══ Excerpted data ══

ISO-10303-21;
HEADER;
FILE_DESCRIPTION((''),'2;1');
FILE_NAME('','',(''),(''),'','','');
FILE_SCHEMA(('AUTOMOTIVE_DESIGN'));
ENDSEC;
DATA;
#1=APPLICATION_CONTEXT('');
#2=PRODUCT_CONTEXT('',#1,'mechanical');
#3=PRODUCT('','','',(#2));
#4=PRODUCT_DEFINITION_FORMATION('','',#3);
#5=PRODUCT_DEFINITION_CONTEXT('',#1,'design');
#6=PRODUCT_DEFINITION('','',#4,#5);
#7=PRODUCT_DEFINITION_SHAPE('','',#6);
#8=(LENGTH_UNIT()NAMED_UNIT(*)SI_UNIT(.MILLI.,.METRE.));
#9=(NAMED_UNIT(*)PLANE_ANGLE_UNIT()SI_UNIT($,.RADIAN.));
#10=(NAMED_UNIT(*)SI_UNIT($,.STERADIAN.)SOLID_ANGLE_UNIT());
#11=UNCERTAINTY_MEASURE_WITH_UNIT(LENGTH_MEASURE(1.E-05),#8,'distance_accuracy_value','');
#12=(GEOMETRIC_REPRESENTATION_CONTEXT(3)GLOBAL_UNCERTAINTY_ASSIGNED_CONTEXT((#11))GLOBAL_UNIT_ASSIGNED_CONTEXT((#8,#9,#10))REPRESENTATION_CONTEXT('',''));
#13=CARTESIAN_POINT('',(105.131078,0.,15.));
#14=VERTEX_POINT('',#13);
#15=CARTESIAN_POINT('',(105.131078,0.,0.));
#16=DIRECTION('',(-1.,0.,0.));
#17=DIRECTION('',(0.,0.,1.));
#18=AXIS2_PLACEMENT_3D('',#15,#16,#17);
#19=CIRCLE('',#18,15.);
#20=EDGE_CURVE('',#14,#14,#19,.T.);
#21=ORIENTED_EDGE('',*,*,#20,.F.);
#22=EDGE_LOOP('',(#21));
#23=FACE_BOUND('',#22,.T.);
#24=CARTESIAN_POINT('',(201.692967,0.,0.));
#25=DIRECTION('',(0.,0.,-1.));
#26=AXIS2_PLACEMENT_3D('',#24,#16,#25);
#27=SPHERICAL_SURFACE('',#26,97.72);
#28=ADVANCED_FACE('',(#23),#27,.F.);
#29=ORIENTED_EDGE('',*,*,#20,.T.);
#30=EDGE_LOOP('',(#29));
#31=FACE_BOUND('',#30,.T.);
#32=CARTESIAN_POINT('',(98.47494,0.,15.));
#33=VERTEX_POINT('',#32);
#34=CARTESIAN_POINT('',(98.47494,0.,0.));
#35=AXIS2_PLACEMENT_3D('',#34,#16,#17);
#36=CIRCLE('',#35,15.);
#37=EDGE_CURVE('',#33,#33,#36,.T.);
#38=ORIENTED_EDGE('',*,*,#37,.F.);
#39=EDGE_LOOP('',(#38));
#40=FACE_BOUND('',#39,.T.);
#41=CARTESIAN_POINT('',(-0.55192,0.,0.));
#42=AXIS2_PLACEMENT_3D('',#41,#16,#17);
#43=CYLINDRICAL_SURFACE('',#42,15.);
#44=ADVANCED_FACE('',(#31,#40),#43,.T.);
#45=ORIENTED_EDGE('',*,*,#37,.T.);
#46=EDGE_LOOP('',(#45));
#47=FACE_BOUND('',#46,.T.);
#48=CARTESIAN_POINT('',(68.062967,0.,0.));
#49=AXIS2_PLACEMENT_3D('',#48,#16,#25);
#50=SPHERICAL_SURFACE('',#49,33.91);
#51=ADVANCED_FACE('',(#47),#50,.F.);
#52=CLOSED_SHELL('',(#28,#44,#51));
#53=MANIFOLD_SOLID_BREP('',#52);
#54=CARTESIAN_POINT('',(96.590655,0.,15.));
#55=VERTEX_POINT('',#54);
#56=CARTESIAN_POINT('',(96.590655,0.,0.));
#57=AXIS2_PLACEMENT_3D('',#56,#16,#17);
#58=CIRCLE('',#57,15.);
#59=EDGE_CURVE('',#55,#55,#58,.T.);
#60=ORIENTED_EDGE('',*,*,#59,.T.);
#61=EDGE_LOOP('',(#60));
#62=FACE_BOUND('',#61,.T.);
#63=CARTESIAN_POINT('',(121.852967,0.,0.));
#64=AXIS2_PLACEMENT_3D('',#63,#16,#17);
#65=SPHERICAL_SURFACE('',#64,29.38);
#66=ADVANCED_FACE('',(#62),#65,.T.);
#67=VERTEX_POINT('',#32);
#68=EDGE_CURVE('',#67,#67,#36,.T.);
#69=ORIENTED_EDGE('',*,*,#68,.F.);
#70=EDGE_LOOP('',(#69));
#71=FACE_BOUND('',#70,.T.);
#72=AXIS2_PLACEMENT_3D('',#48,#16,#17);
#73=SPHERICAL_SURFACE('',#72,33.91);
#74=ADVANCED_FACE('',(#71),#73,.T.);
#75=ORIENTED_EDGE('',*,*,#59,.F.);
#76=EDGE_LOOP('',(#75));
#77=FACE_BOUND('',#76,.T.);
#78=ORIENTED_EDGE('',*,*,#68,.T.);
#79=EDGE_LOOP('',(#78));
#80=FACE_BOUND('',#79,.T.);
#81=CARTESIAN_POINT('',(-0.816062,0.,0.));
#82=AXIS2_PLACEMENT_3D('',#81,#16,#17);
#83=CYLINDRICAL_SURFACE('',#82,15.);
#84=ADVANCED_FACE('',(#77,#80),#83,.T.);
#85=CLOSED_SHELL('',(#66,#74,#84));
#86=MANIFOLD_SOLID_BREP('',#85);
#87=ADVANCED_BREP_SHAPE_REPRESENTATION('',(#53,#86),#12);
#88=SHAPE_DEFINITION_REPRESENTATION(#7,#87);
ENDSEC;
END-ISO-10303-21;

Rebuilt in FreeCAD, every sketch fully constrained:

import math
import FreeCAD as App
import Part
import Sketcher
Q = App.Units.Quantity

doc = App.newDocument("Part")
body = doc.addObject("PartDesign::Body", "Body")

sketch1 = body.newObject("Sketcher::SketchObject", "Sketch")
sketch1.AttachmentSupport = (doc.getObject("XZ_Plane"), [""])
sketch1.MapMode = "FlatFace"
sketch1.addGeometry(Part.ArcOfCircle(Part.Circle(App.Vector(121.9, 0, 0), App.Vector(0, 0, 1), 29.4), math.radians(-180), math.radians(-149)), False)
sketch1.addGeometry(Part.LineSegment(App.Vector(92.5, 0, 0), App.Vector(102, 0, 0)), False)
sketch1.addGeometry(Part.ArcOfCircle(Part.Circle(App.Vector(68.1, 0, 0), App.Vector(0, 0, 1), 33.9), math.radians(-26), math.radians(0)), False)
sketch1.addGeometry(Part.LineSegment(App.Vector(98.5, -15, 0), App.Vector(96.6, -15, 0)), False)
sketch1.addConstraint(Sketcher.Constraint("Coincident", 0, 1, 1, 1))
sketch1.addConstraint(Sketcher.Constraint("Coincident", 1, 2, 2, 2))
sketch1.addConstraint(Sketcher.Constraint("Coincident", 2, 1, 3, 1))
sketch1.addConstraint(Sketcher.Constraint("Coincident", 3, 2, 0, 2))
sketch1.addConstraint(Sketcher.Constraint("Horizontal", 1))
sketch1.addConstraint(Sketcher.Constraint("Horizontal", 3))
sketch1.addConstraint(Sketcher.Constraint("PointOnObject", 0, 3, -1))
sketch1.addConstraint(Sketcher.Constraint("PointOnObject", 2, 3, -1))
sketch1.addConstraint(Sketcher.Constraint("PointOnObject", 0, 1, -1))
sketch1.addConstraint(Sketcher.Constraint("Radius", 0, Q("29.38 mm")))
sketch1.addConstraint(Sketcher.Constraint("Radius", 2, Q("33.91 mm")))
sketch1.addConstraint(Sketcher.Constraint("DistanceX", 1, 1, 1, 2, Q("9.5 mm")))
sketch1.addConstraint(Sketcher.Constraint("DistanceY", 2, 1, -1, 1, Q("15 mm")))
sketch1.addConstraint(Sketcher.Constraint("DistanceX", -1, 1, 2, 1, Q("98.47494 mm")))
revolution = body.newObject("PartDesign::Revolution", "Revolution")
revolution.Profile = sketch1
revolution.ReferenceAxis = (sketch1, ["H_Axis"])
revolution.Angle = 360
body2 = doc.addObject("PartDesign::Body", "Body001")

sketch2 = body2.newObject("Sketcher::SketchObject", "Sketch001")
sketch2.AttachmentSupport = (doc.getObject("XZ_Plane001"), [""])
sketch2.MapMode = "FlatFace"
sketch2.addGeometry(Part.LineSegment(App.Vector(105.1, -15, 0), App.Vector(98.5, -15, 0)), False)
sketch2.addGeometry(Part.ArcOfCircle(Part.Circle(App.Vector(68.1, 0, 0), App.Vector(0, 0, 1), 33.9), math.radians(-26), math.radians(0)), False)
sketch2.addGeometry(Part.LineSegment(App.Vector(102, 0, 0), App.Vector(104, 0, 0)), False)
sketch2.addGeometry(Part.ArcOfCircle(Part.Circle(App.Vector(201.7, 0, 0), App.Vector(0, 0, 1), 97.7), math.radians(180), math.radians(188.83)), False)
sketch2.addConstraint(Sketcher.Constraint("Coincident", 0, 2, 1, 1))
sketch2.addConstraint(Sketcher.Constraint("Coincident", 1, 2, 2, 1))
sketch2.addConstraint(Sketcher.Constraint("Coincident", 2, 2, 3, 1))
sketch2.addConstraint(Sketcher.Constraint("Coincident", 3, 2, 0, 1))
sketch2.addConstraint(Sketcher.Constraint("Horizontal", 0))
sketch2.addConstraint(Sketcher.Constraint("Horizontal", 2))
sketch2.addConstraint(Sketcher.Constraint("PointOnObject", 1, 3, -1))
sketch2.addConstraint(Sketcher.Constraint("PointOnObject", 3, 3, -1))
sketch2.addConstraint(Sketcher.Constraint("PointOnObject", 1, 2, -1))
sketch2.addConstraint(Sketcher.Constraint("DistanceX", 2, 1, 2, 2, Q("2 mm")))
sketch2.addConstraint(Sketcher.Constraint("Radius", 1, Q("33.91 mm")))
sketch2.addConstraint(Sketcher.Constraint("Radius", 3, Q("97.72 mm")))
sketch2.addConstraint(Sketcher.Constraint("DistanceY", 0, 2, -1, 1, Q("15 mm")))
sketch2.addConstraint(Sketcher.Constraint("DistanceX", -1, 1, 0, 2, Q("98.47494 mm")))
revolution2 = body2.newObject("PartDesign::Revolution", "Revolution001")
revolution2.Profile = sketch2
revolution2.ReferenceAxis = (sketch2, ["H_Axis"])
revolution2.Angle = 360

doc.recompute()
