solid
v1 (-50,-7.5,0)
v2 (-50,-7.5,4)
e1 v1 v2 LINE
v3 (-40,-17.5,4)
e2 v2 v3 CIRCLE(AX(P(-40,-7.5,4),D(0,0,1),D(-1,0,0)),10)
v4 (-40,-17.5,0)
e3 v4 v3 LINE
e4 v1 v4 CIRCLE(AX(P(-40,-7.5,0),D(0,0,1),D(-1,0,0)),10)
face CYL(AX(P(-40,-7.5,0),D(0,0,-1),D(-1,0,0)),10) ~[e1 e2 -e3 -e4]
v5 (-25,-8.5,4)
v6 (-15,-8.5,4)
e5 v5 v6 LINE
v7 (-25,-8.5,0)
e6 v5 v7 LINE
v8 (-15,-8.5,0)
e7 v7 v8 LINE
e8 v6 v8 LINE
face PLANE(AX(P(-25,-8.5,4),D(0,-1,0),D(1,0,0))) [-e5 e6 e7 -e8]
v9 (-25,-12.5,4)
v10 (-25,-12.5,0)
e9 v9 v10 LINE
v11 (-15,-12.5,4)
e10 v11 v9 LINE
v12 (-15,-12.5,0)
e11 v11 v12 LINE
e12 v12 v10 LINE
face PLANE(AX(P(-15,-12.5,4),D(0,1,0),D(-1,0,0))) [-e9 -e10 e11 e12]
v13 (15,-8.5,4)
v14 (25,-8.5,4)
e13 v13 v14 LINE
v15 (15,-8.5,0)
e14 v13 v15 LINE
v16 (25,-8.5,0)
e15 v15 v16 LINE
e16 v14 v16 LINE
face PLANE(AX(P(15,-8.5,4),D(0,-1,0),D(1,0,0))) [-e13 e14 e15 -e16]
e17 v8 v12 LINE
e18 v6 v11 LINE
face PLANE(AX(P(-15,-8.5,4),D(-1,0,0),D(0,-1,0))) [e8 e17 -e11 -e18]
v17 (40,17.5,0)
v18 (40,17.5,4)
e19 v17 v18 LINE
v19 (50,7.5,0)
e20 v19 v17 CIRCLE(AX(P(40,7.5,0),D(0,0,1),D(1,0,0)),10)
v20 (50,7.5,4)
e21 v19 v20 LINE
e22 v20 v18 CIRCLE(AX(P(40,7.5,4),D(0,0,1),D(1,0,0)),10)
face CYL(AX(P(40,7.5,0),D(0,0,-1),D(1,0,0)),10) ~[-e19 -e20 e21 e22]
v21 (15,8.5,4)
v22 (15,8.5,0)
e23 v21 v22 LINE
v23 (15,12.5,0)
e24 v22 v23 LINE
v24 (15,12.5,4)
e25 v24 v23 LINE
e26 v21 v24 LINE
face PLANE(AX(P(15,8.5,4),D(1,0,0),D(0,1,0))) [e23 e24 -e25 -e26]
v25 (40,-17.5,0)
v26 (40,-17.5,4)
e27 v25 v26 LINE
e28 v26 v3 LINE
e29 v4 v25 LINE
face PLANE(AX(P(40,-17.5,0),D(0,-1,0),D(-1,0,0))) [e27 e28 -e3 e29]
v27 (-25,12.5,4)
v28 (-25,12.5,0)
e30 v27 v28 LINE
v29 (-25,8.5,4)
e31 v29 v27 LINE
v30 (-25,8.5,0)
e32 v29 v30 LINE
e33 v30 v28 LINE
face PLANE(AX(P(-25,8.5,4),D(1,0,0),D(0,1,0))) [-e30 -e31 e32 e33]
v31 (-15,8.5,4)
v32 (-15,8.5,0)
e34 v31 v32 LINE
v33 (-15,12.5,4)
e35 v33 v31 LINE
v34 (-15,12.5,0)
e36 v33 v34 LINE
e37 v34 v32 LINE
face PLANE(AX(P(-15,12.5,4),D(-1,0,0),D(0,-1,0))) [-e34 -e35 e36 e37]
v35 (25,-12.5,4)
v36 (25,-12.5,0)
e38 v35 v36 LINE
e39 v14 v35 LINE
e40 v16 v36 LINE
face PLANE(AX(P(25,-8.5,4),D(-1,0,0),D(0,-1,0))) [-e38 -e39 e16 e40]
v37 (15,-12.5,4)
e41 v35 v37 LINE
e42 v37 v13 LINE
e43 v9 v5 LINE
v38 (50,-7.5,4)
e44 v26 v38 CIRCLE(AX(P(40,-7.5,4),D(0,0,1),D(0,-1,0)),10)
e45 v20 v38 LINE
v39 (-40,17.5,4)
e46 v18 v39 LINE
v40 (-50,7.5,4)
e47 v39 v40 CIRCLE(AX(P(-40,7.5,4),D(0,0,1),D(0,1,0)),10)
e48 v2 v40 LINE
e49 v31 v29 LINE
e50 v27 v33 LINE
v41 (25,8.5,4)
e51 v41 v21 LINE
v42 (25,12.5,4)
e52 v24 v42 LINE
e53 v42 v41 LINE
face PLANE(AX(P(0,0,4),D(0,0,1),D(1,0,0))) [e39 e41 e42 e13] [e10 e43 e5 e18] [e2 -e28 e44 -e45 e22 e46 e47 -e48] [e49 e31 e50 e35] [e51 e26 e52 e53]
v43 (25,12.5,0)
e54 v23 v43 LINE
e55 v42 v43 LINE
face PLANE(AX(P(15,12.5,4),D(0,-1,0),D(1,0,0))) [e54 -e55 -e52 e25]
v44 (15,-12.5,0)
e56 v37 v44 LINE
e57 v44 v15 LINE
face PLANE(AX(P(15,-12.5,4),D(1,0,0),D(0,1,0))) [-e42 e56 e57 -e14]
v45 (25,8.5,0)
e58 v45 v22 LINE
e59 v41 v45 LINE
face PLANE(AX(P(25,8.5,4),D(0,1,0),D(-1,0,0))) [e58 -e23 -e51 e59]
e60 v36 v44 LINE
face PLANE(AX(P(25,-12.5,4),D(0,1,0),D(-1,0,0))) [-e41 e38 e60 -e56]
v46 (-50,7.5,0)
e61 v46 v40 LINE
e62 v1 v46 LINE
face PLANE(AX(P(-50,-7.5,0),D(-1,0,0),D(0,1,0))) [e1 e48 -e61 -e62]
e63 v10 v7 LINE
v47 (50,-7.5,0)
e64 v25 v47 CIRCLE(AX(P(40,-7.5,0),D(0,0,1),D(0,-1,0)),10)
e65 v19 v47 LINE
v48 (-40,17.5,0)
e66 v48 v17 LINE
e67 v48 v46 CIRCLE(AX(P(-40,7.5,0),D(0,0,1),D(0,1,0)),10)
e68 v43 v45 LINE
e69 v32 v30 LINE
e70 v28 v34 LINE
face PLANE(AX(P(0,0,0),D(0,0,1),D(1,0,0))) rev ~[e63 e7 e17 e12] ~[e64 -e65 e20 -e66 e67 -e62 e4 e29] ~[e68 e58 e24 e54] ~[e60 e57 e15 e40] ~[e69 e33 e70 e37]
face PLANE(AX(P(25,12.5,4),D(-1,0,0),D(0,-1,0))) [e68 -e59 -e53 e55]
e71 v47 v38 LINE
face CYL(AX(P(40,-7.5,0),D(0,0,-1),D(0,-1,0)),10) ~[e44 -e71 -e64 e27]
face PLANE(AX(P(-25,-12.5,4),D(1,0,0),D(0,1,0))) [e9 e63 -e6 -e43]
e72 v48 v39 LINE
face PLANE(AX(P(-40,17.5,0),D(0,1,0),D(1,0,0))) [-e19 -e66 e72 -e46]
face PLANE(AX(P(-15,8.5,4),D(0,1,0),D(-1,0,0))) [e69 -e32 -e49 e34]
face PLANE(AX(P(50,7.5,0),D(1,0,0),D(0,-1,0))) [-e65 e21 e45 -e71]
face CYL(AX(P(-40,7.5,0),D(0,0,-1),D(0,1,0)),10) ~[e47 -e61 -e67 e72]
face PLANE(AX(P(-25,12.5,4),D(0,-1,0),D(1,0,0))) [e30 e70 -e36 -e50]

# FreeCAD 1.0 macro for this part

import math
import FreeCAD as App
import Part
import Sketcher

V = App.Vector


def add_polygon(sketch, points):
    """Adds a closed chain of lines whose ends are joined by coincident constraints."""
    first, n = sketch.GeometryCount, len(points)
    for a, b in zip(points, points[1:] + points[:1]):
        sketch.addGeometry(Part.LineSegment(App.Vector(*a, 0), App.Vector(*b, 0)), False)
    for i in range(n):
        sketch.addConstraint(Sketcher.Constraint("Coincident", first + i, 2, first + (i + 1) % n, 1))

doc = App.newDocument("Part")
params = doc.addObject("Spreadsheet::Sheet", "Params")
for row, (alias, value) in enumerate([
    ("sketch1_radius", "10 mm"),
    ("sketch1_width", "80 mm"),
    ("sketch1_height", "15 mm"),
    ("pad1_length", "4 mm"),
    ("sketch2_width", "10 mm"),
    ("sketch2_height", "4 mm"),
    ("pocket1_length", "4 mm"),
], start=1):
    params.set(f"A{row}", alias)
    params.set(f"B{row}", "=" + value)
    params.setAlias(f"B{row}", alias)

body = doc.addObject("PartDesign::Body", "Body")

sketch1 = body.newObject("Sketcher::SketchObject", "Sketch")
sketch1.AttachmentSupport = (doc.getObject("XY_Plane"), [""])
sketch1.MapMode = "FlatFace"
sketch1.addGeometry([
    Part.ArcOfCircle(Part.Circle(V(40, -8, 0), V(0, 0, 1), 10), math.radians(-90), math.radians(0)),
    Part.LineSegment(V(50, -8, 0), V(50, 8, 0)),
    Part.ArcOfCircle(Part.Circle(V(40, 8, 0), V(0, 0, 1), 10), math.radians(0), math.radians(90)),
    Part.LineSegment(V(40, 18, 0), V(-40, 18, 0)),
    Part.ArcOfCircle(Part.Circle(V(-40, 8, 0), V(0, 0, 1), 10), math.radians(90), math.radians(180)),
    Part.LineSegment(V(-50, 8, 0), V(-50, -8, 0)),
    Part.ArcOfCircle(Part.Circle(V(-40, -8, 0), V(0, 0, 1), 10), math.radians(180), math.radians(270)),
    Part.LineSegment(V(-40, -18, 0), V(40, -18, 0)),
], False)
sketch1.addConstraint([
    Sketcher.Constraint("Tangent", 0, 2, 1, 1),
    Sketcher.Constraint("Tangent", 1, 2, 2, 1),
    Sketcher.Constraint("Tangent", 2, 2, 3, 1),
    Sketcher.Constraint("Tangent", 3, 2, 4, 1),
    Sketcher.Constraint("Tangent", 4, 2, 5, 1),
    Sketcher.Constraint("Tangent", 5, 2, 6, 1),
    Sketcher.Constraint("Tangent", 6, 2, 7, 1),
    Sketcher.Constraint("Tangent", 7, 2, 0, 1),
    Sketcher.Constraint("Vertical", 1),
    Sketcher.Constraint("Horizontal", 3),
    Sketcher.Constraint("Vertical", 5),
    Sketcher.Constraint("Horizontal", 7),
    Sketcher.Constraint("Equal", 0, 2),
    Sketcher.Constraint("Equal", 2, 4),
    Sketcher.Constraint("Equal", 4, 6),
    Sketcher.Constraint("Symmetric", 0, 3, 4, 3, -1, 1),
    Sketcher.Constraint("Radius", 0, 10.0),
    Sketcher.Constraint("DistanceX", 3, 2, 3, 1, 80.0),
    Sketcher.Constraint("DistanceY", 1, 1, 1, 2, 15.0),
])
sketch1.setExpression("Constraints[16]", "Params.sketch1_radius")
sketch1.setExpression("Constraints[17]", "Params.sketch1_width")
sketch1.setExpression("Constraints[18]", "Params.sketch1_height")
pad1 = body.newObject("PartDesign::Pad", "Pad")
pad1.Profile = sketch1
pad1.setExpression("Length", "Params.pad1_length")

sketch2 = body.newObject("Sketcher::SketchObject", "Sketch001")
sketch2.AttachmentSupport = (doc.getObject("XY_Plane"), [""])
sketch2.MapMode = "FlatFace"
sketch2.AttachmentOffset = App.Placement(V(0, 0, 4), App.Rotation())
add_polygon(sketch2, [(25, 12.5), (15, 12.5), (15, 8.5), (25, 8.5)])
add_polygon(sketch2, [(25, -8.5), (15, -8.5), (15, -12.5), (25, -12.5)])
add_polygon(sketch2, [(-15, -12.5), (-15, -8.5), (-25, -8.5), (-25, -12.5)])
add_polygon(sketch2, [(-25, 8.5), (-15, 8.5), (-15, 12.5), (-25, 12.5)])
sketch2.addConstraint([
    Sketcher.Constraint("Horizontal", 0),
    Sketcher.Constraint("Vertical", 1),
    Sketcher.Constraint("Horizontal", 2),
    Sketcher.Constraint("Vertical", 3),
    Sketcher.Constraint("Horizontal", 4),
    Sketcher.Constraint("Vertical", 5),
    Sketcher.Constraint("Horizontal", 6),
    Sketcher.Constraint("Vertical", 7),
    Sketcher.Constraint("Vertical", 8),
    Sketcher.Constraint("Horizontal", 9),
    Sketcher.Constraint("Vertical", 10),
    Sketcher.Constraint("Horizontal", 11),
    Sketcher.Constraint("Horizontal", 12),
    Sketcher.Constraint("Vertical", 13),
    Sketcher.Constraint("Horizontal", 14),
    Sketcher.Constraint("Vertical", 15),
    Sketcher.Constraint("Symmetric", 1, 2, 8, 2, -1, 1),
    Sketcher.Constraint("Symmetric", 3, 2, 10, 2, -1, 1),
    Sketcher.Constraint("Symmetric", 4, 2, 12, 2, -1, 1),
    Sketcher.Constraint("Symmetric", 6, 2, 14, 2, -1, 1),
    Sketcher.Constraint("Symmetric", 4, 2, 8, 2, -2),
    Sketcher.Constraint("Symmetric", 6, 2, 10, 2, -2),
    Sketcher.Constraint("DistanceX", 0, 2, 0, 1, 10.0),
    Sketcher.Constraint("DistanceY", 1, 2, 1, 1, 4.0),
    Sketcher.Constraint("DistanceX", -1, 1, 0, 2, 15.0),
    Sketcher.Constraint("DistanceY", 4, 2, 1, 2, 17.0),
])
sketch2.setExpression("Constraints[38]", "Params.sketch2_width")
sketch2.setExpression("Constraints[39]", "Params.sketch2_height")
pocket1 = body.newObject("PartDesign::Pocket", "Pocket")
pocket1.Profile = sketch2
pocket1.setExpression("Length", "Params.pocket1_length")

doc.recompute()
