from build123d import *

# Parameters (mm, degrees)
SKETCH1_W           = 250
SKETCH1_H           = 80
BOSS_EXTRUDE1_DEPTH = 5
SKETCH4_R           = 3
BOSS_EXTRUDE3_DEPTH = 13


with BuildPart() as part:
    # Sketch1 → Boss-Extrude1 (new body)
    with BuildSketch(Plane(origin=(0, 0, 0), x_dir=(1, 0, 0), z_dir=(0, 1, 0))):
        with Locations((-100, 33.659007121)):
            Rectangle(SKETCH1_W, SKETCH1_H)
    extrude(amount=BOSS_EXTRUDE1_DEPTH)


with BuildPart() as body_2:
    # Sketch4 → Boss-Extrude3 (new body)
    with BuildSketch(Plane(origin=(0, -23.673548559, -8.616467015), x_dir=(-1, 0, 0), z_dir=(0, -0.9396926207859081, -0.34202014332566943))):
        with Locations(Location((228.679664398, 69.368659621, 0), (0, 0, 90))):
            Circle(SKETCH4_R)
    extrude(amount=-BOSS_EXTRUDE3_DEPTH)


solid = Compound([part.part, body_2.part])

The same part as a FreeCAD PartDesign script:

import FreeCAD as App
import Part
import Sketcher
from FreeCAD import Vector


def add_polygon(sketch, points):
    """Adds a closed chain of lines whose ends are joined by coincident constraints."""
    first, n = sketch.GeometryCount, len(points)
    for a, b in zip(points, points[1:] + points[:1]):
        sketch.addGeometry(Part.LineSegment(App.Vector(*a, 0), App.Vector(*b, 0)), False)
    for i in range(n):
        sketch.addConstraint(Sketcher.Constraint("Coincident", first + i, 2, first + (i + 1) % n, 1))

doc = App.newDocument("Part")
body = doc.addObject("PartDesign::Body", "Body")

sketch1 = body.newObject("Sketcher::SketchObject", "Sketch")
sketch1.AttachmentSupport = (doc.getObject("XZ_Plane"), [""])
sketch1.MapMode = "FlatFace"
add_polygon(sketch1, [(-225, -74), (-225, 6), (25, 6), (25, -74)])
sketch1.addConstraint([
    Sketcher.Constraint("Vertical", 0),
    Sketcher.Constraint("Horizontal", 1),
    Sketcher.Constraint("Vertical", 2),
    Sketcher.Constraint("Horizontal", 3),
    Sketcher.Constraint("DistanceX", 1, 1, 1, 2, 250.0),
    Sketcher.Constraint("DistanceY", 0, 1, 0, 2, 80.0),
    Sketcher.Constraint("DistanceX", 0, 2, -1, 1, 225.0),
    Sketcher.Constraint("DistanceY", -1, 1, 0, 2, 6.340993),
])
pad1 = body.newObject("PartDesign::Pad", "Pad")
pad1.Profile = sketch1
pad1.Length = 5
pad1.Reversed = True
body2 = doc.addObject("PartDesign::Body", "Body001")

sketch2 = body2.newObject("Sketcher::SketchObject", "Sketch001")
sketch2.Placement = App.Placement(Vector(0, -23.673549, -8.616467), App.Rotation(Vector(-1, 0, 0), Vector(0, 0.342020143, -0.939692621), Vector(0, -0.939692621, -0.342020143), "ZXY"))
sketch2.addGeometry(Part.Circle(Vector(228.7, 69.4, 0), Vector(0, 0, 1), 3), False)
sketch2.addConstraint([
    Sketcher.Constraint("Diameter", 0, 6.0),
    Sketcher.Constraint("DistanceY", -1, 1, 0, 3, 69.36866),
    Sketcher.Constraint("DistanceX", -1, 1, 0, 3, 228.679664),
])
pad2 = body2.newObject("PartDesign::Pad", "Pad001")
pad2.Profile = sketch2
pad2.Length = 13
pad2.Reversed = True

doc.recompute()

═══

What you have to do: All lines in the listing above from the line containing "#27=SPHERICAL_SURFACE('',#26,97.72);" to the line containing "#36=CIRCLE('',#35,15.);", inclusive, should be retyped exactly; no other lines should appear.

Exercise answer:
#27=SPHERICAL_SURFACE('',#26,97.72);
#28=ADVANCED_FACE('',(#23),#27,.F.);
#29=ORIENTED_EDGE('',*,*,#20,.T.);
#30=EDGE_LOOP('',(#29));
#31=FACE_BOUND('',#30,.T.);
#32=CARTESIAN_POINT('',(98.47494,0.,15.));
#33=VERTEX_POINT('',#32);
#34=CARTESIAN_POINT('',(98.47494,0.,0.));
#35=AXIS2_PLACEMENT_3D('',#34,#16,#17);
#36=CIRCLE('',#35,15.);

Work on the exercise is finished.